TASK GOAL
The records below hold a stretch from the line with "f 206 202 208" through the line with "f 79 84 223"; return exactly those lines, ends included, and nothing more.

DATA FOR ANALYSIS
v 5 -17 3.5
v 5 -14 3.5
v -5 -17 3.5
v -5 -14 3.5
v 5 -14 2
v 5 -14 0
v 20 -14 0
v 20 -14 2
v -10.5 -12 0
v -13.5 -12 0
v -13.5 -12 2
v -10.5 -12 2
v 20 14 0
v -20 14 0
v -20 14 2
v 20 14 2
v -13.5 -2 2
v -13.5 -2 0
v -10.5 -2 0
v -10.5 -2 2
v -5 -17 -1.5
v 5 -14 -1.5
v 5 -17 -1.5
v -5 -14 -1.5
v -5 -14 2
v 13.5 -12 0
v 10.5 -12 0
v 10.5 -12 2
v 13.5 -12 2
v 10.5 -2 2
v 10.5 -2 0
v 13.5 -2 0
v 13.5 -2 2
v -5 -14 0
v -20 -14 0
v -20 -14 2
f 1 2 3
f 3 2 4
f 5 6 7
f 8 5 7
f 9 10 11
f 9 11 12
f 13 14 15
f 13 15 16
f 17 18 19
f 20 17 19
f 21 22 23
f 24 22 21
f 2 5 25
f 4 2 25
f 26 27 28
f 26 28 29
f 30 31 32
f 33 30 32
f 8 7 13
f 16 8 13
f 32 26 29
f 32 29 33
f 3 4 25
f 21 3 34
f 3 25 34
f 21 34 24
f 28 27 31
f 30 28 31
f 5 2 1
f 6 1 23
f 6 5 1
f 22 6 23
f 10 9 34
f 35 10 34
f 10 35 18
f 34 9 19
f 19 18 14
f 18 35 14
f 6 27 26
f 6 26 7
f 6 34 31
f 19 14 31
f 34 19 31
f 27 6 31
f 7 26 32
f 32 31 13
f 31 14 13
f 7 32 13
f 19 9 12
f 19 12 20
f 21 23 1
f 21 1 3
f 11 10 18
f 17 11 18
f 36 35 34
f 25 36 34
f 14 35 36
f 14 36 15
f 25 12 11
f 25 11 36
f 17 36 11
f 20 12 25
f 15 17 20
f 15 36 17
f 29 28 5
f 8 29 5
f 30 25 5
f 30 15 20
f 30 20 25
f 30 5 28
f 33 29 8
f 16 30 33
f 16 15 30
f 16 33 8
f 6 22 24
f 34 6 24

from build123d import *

# Parameters (mm, degrees)
SKETCH1_W               = 40
SKETCH1_H               = 28
BOSS_EXTRUDE1_DEPTH     = 2
CUT_EXTRUDE1_DEPTH      = 25.494897428
CUT_EXTRUDE1_DEPTH_BACK = 25.494897428
SKETCH2_W               = 3
SKETCH2_H               = 10
SKETCH5_W               = 10
SKETCH5_H               = 5
BOSS_EXTRUDE2_DEPTH     = 3


with BuildPart() as part:
    # Sketch1 → Boss-Extrude1 (new body)
    with BuildSketch(Plane.XY):
        Rectangle(SKETCH1_W, SKETCH1_H)
    extrude(amount=BOSS_EXTRUDE1_DEPTH)

    # Sketch2 → Cut-Extrude1 (cut, two sides: drawn at the far end of the back side and taken through both)
    with BuildSketch(Plane.XY.offset(2).offset(-CUT_EXTRUDE1_DEPTH_BACK)):
        with Locations((-12, -7)):
            Rectangle(SKETCH2_W, SKETCH2_H)
        with Locations((12, -7)):
            Rectangle(SKETCH2_W, SKETCH2_H)
    extrude(amount=CUT_EXTRUDE1_DEPTH + CUT_EXTRUDE1_DEPTH_BACK, mode=Mode.SUBTRACT)

    # Sketch5 → Boss-Extrude2 (add)
    with BuildSketch(Plane(origin=(0, -14, 0), x_dir=(-1, 0, 0), z_dir=(0, -1, 0))):
        with Locations((0, -1)):
            Rectangle(SKETCH5_W, SKETCH5_H)
    extrude(amount=BOSS_EXTRUDE2_DEPTH)


solid = part.part
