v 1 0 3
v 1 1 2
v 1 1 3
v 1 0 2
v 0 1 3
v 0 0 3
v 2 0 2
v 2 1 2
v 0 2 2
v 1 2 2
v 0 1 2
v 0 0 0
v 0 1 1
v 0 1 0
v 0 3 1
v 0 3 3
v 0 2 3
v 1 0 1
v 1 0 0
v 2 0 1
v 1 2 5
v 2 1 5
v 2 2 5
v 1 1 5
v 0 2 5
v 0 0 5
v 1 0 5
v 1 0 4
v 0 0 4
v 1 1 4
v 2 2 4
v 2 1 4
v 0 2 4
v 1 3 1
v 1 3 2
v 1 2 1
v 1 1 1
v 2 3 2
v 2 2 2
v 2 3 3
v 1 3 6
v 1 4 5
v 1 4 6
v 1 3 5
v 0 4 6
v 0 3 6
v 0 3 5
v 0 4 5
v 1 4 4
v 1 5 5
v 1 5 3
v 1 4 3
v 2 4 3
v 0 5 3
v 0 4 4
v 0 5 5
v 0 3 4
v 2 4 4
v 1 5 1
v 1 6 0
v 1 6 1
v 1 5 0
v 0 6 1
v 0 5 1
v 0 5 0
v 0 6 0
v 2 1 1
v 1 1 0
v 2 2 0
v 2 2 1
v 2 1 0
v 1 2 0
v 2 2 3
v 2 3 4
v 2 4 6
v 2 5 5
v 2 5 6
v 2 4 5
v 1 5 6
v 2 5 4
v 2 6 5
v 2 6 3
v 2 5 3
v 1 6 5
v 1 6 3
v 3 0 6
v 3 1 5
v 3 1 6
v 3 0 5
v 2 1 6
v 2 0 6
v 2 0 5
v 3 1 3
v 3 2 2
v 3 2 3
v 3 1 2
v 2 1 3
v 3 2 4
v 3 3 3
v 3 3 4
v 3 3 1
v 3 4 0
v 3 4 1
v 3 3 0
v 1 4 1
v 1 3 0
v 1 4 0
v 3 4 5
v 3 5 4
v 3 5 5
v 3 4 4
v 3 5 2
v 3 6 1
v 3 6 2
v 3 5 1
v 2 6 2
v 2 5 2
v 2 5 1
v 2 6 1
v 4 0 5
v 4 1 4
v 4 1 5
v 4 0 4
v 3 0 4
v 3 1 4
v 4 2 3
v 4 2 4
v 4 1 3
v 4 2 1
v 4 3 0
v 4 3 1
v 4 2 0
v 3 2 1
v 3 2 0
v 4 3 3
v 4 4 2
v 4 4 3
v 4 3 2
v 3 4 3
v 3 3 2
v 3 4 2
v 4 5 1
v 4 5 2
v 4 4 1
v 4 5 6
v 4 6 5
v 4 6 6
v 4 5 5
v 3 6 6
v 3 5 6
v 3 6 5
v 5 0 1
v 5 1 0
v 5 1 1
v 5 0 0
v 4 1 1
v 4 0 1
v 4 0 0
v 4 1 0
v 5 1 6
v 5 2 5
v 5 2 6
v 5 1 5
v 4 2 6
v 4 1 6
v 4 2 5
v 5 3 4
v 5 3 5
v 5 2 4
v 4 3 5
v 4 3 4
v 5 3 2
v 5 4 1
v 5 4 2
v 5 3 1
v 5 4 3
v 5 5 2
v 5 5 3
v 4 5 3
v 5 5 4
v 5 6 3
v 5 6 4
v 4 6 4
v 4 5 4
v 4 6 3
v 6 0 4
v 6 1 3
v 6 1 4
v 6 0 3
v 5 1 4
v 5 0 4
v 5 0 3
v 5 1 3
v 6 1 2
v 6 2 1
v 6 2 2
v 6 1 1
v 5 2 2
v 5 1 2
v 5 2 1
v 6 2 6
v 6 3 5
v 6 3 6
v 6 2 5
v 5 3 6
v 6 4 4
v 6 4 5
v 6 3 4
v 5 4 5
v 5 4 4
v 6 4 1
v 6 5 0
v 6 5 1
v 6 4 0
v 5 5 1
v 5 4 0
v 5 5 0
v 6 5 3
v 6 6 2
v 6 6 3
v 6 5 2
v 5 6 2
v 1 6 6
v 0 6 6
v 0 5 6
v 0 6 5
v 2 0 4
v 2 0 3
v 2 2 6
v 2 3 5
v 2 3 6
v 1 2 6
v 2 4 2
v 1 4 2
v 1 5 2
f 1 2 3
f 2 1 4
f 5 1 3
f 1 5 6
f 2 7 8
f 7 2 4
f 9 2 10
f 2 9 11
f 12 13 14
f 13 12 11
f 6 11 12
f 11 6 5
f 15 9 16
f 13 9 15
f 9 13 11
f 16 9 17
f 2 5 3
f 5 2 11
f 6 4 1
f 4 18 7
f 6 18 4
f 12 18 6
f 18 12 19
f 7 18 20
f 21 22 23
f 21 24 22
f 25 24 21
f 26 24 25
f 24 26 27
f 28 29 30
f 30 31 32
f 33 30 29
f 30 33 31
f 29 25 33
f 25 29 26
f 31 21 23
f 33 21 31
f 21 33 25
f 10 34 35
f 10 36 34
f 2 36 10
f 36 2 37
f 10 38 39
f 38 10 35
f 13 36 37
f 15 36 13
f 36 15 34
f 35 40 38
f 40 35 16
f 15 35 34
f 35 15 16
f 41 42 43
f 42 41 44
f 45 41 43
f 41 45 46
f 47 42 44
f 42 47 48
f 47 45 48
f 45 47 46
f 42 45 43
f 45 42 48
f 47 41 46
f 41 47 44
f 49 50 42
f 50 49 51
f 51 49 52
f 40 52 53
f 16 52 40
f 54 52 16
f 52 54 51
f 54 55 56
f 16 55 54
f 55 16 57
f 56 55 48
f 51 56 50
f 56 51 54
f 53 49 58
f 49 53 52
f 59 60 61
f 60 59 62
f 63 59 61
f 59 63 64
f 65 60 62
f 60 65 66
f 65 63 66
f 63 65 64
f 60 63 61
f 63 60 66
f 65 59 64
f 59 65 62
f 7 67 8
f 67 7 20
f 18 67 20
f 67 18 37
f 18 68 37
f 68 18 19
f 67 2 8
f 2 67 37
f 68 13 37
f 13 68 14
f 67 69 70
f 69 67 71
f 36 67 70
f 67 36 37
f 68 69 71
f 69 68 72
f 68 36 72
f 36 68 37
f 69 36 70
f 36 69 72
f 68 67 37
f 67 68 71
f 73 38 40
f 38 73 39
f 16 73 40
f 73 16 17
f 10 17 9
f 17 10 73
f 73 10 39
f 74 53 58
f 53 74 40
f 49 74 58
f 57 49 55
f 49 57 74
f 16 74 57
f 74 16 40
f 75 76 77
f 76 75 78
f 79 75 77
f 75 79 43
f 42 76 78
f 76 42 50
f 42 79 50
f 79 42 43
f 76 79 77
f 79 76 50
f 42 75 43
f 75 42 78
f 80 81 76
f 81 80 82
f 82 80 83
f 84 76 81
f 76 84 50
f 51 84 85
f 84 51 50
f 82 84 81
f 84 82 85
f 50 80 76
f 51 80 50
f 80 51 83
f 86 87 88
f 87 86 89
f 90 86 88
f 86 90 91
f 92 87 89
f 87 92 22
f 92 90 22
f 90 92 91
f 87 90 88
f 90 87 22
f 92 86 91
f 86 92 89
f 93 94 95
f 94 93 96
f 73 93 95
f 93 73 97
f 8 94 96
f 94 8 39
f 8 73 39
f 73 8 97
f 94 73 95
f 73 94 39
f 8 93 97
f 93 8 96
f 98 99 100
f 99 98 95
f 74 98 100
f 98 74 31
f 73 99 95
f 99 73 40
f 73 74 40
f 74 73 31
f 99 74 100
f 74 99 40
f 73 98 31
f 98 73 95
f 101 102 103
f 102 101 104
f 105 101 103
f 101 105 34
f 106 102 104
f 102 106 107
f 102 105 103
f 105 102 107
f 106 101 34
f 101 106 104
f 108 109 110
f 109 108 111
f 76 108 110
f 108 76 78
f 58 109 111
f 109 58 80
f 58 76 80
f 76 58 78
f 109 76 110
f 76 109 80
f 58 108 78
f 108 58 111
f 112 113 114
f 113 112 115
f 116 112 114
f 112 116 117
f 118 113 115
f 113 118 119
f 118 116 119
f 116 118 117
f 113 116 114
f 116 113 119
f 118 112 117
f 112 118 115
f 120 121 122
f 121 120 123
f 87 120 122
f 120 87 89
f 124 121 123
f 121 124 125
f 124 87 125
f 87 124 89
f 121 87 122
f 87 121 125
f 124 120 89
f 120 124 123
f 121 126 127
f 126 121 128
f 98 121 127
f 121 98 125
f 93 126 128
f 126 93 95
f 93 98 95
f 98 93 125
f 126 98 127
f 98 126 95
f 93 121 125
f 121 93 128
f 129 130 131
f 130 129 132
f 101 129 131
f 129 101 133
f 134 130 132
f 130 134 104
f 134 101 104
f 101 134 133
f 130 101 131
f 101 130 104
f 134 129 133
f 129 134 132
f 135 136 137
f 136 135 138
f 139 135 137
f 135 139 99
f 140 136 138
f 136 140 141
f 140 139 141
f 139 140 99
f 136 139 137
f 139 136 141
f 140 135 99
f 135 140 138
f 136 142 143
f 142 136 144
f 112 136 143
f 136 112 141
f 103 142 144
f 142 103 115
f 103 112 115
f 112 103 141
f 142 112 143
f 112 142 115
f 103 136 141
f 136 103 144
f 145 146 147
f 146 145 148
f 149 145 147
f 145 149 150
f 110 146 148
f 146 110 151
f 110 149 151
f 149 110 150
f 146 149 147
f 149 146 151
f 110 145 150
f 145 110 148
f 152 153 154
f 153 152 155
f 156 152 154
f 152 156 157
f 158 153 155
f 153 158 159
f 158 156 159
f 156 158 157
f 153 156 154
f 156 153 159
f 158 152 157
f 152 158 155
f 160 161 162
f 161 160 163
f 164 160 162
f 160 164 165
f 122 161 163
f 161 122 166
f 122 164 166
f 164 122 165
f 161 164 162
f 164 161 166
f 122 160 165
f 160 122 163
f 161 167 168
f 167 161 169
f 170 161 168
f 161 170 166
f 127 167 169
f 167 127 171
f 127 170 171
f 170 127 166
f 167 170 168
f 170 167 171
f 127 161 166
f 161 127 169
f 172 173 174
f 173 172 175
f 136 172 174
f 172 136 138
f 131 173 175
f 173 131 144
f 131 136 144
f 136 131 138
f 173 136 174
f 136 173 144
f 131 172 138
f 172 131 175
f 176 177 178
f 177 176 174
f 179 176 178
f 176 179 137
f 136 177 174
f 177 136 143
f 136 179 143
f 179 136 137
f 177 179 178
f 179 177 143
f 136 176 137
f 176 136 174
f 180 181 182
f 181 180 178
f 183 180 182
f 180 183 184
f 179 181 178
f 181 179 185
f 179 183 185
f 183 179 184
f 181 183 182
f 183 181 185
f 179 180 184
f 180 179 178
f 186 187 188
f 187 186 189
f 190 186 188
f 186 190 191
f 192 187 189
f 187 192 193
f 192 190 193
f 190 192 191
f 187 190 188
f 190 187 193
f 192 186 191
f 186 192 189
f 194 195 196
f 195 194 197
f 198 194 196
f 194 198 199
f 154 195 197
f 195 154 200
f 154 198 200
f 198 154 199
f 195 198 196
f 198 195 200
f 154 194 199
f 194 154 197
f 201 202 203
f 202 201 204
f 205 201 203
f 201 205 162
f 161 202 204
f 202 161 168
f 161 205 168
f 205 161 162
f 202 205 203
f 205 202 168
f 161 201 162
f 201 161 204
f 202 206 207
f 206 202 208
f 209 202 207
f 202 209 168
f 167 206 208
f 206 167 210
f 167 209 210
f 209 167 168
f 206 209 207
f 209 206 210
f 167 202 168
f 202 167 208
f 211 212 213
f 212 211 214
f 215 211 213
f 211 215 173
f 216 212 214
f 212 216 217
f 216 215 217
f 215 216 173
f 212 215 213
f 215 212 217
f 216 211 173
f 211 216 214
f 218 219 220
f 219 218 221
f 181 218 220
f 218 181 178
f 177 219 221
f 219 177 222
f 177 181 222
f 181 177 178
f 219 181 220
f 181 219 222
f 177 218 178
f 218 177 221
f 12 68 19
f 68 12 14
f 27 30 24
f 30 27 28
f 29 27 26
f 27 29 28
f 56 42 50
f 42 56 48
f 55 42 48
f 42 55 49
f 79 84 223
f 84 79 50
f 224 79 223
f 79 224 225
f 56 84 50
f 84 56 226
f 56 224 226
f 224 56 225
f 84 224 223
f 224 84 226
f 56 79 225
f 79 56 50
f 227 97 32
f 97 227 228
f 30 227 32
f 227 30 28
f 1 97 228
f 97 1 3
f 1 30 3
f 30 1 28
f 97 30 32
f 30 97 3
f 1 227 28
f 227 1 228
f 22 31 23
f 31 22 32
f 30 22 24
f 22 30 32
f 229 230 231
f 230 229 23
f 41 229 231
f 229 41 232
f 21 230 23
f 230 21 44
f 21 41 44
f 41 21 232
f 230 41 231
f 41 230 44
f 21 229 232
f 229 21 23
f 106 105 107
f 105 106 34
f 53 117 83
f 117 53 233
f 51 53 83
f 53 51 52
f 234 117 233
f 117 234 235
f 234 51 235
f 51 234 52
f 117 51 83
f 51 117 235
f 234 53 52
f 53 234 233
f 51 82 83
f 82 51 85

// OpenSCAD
union() {
    translate([0, 0, 2]) cube([1, 1, 1]);
    translate([0, 1, 4]) cube([1, 1, 1]);
    translate([0, 2, 1]) cube([1, 1, 1]);
    translate([0, 3, 5]) cube([1, 1, 1]);
    translate([0, 4, 3]) cube([1, 1, 1]);
    translate([0, 5, 0]) cube([1, 1, 1]);
    translate([1, 0, 1]) cube([1, 1, 1]);
    translate([1, 1, 0]) cube([1, 1, 1]);
    translate([1, 2, 2]) cube([1, 1, 1]);
    translate([1, 3, 3]) cube([1, 1, 1]);
    translate([1, 4, 5]) cube([1, 1, 1]);
    translate([1, 5, 4]) cube([1, 1, 1]);
    translate([2, 0, 5]) cube([1, 1, 1]);
    translate([2, 1, 2]) cube([1, 1, 1]);
    translate([2, 2, 3]) cube([1, 1, 1]);
    translate([2, 3, 0]) cube([1, 1, 1]);
    translate([2, 4, 4]) cube([1, 1, 1]);
    translate([2, 5, 1]) cube([1, 1, 1]);
    translate([3, 0, 4]) cube([1, 1, 1]);
    translate([3, 1, 3]) cube([1, 1, 1]);
    translate([3, 2, 0]) cube([1, 1, 1]);
    translate([3, 3, 2]) cube([1, 1, 1]);
    translate([3, 4, 1]) cube([1, 1, 1]);
    translate([3, 5, 5]) cube([1, 1, 1]);
    translate([4, 0, 0]) cube([1, 1, 1]);
    translate([4, 1, 5]) cube([1, 1, 1]);
    translate([4, 2, 4]) cube([1, 1, 1]);
    translate([4, 3, 1]) cube([1, 1, 1]);
    translate([4, 4, 2]) cube([1, 1, 1]);
    translate([4, 5, 3]) cube([1, 1, 1]);
    translate([5, 0, 3]) cube([1, 1, 1]);
    translate([5, 1, 1]) cube([1, 1, 1]);
    translate([5, 2, 5]) cube([1, 1, 1]);
    translate([5, 3, 4]) cube([1, 1, 1]);
    translate([5, 4, 0]) cube([1, 1, 1]);
    translate([5, 5, 2]) cube([1, 1, 1]);
    translate([0, 0, 0]) cube([1, 1, 1]);
    translate([0, 0, 1]) cube([1, 1, 1]);
    translate([0, 0, 4]) cube([1, 1, 1]);
    translate([0, 1, 1]) cube([1, 1, 1]);
    translate([0, 2, 2]) cube([1, 1, 1]);
    translate([0, 3, 3]) cube([1, 1, 1]);
    translate([0, 4, 4]) cube([1, 1, 1]);
    translate([0, 5, 5]) cube([1, 1, 1]);
    translate([1, 0, 3]) cube([1, 1, 1]);
    translate([1, 1, 4]) cube([1, 1, 1]);
    translate([1, 2, 5]) cube([1, 1, 1]);
    translate([1, 3, 0]) cube([1, 1, 1]);
    translate([1, 4, 2]) cube([1, 1, 1]);
    translate([1, 5, 3]) cube([1, 1, 1]);
}
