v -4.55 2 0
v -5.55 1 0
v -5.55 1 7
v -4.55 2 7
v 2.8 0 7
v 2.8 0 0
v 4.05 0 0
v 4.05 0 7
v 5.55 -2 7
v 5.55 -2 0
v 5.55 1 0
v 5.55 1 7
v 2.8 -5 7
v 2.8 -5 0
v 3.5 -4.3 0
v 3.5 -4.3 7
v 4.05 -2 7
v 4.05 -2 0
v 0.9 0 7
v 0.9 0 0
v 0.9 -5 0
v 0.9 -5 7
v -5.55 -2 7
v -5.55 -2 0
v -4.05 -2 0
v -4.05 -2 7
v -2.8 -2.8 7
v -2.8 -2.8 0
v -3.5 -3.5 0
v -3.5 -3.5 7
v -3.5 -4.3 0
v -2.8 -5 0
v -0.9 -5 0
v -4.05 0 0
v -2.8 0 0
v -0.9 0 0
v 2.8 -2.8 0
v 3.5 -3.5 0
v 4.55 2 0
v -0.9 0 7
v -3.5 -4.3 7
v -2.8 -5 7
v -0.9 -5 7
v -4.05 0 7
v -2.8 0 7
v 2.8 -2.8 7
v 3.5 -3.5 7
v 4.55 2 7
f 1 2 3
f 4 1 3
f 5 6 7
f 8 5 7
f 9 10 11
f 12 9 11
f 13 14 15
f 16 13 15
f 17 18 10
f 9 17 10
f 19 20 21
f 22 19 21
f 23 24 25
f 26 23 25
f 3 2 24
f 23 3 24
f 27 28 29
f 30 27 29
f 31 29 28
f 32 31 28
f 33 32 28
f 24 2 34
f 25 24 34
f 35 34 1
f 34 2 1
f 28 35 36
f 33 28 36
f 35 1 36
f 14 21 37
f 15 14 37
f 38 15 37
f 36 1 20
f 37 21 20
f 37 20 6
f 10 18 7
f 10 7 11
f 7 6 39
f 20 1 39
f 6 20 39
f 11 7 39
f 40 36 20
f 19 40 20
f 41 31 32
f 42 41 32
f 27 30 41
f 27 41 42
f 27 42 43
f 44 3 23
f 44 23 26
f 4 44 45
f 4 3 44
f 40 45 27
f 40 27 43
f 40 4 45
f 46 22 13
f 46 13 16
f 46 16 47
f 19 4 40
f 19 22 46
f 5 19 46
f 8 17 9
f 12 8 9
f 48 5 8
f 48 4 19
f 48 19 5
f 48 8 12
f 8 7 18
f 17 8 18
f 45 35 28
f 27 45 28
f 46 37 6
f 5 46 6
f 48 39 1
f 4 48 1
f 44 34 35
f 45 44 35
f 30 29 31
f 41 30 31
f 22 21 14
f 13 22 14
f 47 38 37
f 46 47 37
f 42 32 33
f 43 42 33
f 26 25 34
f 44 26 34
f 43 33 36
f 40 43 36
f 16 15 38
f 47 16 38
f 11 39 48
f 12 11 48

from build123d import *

# Parameters (mm, degrees)
F1_DEPTH = 7
F2_SIZE  = 1


with BuildPart() as f1:
    # F0 (on Top) → F1 (new body)
    with BuildSketch(Plane.XY):
        Polygon((-0.9, -5), (-0.9, 0), (-2.8, 0), (-2.8, -2.8), (-2.8, -5), align=None)
        Polygon((-2.8, 0), (-0.9, 0), (0.9, 0), (2.8, 0), (4.05, 0), (4.05, -2), (5.55, -2), (5.55, 2), (0, 2), (-5.55, 2), (-5.55, -2), (-4.05, -2), (-4.05, 0), align=None)
        Polygon((2.8, 0), (0.9, 0), (0.9, -5), (2.8, -5), (2.8, -2.8), align=None)
        Polygon((-2.8, -5), (-2.8, -2.8), (-3.5, -3.5), (-3.5, -4.3), align=None)
        Polygon((2.8, -2.8), (2.8, -5), (3.5, -4.3), (3.5, -3.5), align=None)
    extrude(amount=F1_DEPTH)

    # F2
    f2_edges = [f1.edges().sort_by_distance(p)[0] for p in [
        (-5.55, 2, 3.5),
        (5.55, 2, 3.5),
    ]]
    chamfer(f2_edges, length=F2_SIZE)


solid = f1.part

ANSWER BOX
f 206 202 208
f 209 202 207
f 202 209 168
f 167 206 208
f 206 167 210
f 167 209 210
f 209 167 168
f 206 209 207
f 209 206 210
f 167 202 168
f 202 167 208
f 211 212 213
f 212 211 214
f 215 211 213
f 211 215 173
f 216 212 214
f 212 216 217
f 216 215 217
f 215 216 173
f 212 215 213
f 215 212 217
f 216 211 173
f 211 216 214
f 218 219 220
f 219 218 221
f 181 218 220
f 218 181 178
f 177 219 221
f 219 177 222
f 177 181 222
f 181 177 178
f 219 181 220
f 181 219 222
f 177 218 178
f 218 177 221
f 12 68 19
f 68 12 14
f 27 30 24
f 30 27 28
f 29 27 26
f 27 29 28
f 56 42 50
f 42 56 48
f 55 42 48
f 42 55 49
f 79 84 223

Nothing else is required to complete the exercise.